We’ve learned so much about each other, while talking about the books we all read together. I feel the loss of their company as soon as they leave.
Then I feel silly, because after all, I didn’t REALLY know these people. We were just in a class together. The world is full of strangers that brush against me and pass– on the bus, in the stores, all around. They have nothing to do with me. Yet…It’s so amazing that I can get to know some of them, interact and talk and learn about them, and have the joy of telling them about me…And it works! They are strangers, but we are all tied together.
The tenuousness of human relationships astounds me. They feel so solid and permanent in the middle of that marvelous time or conversation you are sharing, when understanding is easy and quick.

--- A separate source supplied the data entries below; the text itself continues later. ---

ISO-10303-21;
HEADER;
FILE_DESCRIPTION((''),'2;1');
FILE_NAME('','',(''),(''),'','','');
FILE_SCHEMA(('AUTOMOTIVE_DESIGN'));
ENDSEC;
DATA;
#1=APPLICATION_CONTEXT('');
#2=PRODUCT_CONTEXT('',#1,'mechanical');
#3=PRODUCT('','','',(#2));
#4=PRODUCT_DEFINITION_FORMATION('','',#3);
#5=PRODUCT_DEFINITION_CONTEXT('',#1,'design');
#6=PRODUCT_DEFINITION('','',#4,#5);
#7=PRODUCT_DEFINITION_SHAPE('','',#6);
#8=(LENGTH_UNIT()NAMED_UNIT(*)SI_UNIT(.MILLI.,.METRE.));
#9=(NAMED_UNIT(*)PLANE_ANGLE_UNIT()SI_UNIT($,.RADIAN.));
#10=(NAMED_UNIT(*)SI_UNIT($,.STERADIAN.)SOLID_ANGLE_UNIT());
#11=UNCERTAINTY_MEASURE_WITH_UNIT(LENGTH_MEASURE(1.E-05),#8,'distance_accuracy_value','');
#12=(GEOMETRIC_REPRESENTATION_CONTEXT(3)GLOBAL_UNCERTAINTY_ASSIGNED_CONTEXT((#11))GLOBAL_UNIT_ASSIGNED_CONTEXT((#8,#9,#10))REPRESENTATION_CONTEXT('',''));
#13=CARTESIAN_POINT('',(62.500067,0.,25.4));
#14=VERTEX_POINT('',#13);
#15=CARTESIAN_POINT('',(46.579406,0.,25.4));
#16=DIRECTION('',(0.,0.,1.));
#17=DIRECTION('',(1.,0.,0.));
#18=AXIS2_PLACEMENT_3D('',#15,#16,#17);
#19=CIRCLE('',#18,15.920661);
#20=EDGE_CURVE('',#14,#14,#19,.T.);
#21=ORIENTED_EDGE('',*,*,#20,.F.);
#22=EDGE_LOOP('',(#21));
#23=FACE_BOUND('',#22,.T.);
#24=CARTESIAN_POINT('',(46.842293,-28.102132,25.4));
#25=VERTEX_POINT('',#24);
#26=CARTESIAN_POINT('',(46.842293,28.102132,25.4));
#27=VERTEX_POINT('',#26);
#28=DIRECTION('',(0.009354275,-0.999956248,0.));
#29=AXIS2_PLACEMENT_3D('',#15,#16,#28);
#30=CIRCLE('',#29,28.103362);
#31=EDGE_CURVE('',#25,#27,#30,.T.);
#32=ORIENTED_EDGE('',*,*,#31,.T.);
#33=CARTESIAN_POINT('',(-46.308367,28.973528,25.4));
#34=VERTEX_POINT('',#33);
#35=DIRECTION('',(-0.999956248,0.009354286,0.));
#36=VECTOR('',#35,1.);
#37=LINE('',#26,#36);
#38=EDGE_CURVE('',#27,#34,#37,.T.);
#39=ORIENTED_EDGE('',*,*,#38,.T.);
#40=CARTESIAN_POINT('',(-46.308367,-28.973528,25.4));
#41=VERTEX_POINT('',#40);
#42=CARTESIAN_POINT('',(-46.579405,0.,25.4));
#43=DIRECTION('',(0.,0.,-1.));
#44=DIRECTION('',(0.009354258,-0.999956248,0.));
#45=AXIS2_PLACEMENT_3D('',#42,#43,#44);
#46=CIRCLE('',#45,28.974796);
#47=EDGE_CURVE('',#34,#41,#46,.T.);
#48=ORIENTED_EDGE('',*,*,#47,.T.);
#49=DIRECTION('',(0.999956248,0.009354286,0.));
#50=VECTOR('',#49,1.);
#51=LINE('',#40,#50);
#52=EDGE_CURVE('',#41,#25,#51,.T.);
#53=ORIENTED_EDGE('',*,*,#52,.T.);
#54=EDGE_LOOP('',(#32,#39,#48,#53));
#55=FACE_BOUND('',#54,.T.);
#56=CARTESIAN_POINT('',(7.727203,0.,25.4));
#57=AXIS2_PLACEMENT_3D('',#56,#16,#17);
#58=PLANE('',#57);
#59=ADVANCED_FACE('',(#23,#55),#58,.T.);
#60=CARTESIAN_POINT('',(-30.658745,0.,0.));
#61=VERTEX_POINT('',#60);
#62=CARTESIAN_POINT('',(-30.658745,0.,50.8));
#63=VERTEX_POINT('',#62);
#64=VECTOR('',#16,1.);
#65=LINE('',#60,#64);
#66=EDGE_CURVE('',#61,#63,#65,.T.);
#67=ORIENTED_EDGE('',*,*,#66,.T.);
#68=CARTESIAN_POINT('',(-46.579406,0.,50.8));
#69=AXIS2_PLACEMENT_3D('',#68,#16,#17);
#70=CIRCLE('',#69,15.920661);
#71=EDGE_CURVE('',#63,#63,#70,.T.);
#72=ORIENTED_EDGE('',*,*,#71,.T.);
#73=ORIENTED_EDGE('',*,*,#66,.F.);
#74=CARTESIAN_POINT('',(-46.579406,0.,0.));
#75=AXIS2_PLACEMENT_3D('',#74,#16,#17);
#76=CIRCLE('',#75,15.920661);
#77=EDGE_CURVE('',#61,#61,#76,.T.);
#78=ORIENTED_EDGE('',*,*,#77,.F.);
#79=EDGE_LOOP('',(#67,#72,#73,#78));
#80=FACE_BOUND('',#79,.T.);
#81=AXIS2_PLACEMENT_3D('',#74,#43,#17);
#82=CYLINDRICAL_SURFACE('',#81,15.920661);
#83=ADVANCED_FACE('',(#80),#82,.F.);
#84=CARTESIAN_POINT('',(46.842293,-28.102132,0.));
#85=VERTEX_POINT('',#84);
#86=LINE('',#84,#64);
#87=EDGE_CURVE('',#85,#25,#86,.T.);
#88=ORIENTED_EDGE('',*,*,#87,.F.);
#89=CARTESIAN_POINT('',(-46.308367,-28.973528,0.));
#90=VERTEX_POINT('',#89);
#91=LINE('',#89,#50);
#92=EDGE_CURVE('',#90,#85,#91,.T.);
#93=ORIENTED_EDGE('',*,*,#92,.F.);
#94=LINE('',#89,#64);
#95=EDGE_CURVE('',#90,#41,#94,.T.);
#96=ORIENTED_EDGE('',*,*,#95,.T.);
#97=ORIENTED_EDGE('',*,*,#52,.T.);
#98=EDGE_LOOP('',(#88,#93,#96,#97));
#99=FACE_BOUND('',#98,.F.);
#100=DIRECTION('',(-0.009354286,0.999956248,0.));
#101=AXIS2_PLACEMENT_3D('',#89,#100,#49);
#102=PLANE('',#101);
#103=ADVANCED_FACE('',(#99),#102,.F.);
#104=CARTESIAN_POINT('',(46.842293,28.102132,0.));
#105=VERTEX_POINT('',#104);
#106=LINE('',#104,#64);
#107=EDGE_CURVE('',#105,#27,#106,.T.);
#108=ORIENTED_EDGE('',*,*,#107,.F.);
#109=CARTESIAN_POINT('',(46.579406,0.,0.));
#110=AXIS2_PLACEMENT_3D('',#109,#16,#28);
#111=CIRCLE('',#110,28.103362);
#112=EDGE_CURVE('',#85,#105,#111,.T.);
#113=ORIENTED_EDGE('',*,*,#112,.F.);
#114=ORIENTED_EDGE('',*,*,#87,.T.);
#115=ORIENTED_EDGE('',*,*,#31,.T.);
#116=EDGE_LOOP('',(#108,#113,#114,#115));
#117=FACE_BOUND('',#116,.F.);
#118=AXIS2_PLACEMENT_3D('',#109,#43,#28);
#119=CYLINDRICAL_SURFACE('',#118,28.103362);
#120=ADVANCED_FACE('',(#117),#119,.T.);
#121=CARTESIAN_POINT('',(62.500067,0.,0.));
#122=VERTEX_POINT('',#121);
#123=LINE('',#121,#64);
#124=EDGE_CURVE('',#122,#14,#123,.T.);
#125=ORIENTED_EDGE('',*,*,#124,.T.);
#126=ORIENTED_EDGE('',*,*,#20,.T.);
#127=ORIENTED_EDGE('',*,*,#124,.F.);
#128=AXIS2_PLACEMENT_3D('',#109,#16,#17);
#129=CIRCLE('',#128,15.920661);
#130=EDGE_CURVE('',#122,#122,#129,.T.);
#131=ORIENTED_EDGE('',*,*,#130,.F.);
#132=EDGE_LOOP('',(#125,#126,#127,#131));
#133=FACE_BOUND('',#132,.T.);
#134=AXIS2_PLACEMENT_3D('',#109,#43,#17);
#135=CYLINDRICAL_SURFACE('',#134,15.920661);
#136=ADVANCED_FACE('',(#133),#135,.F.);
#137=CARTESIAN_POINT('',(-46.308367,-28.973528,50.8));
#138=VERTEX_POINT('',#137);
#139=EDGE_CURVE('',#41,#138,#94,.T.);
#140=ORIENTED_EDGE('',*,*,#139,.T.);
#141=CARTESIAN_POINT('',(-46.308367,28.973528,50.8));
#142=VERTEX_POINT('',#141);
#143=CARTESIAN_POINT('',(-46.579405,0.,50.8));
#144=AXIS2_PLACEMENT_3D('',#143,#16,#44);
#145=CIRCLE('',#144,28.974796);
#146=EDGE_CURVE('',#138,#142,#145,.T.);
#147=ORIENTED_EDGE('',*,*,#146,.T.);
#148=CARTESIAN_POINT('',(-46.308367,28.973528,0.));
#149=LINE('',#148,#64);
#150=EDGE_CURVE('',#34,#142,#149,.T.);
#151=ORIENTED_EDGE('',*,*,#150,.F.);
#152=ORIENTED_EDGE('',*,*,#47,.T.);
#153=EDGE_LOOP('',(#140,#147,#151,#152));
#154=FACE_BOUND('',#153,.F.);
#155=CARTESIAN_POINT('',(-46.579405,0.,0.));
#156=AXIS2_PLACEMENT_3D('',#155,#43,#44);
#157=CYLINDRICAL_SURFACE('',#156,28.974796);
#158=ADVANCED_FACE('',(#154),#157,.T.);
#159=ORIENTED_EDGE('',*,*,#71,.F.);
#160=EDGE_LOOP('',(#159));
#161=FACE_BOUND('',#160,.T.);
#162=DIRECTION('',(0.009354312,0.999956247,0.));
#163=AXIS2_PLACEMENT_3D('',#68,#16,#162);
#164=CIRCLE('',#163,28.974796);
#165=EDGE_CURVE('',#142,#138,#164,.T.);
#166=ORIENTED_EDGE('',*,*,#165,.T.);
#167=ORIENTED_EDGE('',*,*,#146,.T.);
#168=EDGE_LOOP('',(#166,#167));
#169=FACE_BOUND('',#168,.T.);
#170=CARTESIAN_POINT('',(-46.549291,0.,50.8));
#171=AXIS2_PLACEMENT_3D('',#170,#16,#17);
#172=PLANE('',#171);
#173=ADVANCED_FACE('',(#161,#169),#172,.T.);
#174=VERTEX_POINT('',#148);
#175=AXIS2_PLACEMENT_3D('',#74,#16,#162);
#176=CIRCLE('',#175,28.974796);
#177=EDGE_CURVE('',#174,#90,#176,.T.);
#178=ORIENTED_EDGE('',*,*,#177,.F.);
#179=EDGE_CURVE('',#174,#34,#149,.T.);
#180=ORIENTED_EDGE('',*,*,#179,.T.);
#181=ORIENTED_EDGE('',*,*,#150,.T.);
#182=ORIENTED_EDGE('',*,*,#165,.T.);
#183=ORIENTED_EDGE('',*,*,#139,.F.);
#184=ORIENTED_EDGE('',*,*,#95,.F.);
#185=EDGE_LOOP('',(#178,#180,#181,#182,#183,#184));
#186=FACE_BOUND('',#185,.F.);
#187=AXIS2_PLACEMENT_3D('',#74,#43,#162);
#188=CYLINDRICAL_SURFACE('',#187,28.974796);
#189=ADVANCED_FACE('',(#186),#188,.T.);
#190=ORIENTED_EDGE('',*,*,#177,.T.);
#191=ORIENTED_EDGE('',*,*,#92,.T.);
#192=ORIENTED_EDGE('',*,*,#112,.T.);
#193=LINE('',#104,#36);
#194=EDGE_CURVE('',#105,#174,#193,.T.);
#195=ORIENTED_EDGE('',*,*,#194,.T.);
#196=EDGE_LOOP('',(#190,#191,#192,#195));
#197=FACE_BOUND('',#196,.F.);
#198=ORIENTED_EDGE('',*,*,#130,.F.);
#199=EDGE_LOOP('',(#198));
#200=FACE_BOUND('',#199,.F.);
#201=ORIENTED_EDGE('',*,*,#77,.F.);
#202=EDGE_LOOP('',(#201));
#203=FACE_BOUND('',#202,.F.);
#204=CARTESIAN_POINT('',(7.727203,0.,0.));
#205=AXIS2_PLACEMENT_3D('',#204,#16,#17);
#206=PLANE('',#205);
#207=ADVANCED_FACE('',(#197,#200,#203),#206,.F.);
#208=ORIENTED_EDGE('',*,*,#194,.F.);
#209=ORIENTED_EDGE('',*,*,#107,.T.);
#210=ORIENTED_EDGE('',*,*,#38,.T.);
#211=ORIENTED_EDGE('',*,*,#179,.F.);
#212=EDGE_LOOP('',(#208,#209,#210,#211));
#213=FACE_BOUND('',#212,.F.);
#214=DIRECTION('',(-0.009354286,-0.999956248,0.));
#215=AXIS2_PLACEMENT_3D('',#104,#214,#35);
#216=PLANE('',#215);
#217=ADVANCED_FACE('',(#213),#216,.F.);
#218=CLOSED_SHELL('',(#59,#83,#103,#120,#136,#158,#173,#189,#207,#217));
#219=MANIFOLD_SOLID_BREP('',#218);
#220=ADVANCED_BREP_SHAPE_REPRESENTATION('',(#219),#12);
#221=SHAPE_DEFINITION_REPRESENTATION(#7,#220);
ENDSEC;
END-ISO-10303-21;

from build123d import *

# Parameters (mm, degrees)
F0_R     = 15.920661
F1_DEPTH = 25.4
F2_DEPTH = 50.8


with BuildPart() as f1:
    # F0 (on Top) → F1 (new body)
    with BuildSketch(Plane.XY):
        with BuildLine():
            Line((46.842293, 28.102132), (-46.308367, 28.973528))
            ThreePointArc((-46.308367, 28.973528), (-17.604609, 0), (-46.308367, -28.973528))
            Line((-46.308367, -28.973528), (46.842293, -28.102132))
            ThreePointArc((46.842293, -28.102132), (74.682768, 0), (46.842293, 28.102132))
        make_face()
        with Locations((46.579406, 0)):
            Circle(F0_R, mode=Mode.SUBTRACT)
        with BuildLine():
            ThreePointArc((-46.308367, -28.973528), (-17.604609, 0), (-46.308367, 28.973528))
            ThreePointArc((-46.308367, 28.973528), (-75.554202, 0), (-46.308367, -28.973528))
        make_face()
        with Locations((-46.579406, 0)):
            Circle(F0_R, mode=Mode.SUBTRACT)
    extrude(amount=F1_DEPTH)

    # F0 (on Top) → F2 (join)
    with BuildSketch(Plane.XY):
        with BuildLine():
            ThreePointArc((-46.308367, -28.973528), (-17.604609, 0), (-46.308367, 28.973528))
            ThreePointArc((-46.308367, 28.973528), (-75.554202, 0), (-46.308367, -28.973528))
        make_face()
        with Locations((-46.579406, 0)):
            Circle(F0_R, mode=Mode.SUBTRACT)
    extrude(amount=F2_DEPTH)


solid = f1.part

But small changes and the passage of time take those people far away, and perhaps they will never cross you path again.
People who you thought were a part of you are utterly gone, out of your life. They could be anywhere in the world, happy sad or indifferent.
When September 11th came, it occurred to me that some of the people who had meant a lot to me might even be dead. How would I know? There would be no mutual friend to call me and let me know. It’s a frightening thought.
And yet, though many people that I’ve shared great moments with, who have impacted my life just by allowing me to know them, wherever they are, are still very much a part of me. I remember them. I will not forget the times we shared. Even if I lose sight of that particular memory, I know because my life was impacted and I became a better person because of all those friends.